BEGIN GIVEN RECORDS

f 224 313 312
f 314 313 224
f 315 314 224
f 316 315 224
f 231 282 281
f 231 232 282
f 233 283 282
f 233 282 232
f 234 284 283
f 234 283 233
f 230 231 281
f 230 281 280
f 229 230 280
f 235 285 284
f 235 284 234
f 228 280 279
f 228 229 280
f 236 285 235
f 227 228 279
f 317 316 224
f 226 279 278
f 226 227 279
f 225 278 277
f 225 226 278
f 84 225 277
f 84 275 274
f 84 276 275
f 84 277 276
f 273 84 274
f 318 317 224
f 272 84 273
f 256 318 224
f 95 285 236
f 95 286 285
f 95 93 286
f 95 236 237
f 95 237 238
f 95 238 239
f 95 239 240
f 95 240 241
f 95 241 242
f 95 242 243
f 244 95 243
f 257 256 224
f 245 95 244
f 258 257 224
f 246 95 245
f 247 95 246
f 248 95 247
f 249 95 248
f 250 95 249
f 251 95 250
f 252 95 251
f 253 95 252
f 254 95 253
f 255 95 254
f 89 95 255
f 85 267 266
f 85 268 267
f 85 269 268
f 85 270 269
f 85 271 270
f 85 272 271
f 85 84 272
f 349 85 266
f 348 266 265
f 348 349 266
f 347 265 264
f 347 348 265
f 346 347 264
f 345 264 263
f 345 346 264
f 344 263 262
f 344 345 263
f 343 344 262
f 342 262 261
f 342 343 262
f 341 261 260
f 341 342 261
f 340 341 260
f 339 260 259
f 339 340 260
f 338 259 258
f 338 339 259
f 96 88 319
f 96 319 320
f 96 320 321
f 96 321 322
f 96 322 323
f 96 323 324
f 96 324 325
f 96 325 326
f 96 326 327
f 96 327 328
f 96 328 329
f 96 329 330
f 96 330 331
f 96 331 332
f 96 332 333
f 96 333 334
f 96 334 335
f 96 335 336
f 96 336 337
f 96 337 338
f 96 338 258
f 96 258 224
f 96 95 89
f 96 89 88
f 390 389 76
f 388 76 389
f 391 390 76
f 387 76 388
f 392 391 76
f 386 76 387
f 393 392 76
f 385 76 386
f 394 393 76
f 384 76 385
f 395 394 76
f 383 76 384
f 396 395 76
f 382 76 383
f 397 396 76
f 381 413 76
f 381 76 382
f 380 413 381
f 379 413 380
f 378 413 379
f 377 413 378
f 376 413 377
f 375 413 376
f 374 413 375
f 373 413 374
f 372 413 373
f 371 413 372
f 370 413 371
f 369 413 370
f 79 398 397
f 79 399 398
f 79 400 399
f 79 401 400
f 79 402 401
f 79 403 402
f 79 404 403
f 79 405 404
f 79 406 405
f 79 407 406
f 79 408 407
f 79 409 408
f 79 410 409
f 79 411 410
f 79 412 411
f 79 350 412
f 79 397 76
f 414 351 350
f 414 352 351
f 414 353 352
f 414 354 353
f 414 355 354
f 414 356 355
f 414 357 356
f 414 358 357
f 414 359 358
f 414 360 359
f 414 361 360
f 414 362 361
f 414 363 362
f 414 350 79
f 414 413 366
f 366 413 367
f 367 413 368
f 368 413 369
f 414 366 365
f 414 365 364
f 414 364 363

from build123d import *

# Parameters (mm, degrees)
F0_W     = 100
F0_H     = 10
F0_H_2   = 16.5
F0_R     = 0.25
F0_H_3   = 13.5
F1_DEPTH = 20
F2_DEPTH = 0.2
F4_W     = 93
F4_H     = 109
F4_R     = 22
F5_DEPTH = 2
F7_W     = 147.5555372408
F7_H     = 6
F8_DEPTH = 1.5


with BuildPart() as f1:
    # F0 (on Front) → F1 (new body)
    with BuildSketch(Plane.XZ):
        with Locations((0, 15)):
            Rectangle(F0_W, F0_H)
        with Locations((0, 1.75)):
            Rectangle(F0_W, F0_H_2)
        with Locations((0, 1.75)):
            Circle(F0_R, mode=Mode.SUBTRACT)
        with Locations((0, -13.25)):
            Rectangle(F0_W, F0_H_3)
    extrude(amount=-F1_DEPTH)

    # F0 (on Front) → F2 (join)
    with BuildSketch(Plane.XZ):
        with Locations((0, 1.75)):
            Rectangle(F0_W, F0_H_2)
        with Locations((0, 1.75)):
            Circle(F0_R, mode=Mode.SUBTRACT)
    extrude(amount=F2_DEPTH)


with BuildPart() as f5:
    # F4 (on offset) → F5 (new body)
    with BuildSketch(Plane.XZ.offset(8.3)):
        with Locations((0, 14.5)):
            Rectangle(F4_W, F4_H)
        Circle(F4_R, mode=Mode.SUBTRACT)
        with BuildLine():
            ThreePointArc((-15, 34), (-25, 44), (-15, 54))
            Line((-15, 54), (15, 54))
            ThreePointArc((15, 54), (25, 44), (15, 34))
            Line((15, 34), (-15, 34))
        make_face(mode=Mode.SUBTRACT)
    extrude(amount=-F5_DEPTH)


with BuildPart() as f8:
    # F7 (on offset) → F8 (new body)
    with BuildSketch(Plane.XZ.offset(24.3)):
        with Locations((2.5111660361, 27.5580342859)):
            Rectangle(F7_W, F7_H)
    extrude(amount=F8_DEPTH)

END GIVEN RECORDS
BEGIN GIVEN RECORDS

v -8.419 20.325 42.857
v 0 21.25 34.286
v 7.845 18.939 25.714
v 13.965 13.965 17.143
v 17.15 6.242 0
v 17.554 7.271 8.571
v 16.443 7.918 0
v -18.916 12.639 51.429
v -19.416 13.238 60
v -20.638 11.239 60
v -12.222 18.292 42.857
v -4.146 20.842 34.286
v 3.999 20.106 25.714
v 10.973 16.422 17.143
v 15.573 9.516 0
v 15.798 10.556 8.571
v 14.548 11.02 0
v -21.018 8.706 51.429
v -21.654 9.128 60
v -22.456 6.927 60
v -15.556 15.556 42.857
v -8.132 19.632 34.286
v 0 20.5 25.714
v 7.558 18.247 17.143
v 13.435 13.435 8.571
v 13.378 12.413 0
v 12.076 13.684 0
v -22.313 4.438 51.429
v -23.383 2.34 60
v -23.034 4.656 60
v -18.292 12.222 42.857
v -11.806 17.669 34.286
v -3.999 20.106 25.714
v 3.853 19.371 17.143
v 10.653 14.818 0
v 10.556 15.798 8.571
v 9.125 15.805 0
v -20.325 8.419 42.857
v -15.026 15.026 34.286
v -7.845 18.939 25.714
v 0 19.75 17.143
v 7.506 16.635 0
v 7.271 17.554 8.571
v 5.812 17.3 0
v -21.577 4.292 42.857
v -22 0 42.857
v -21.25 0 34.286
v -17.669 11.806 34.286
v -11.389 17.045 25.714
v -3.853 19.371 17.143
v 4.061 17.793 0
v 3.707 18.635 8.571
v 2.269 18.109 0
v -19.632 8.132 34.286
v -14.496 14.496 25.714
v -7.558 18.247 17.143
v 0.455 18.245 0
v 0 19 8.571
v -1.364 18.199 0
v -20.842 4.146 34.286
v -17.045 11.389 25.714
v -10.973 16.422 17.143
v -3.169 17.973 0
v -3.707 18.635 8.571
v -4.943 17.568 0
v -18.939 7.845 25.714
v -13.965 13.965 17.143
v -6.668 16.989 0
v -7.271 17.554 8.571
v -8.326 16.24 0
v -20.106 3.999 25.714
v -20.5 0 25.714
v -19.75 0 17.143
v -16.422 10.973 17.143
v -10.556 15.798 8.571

END GIVEN RECORDS
BEGIN GIVEN RECORDS

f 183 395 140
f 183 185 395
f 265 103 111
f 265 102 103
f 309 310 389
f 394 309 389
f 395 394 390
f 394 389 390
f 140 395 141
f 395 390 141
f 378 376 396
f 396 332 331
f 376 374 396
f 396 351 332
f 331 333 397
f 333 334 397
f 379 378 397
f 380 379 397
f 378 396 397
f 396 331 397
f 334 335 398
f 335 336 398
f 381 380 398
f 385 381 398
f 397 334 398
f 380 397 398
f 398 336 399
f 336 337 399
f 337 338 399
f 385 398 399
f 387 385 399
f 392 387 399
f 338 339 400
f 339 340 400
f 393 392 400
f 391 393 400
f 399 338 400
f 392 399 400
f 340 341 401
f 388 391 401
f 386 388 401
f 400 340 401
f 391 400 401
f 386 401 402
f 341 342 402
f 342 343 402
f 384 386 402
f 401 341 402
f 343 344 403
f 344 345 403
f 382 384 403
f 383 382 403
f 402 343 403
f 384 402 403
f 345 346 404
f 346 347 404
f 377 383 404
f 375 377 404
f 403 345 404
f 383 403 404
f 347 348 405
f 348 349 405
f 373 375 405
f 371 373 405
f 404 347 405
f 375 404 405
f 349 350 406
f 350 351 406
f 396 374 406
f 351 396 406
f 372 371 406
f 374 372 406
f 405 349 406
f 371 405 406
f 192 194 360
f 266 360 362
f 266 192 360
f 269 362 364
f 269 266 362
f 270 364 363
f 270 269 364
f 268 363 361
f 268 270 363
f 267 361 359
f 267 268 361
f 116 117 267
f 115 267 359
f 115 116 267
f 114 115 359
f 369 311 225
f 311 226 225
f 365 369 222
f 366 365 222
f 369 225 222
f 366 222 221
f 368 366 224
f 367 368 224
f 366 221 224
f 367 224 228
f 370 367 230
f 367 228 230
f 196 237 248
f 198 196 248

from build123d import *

END GIVEN RECORDS

Only the lines with "Plane" are needed; find them in the records and copy each one.

    with BuildSketch(Plane.XZ):
    with BuildSketch(Plane.XZ):
    with BuildSketch(Plane.XZ.offset(8.3)):
    with BuildSketch(Plane.XZ.offset(24.3)):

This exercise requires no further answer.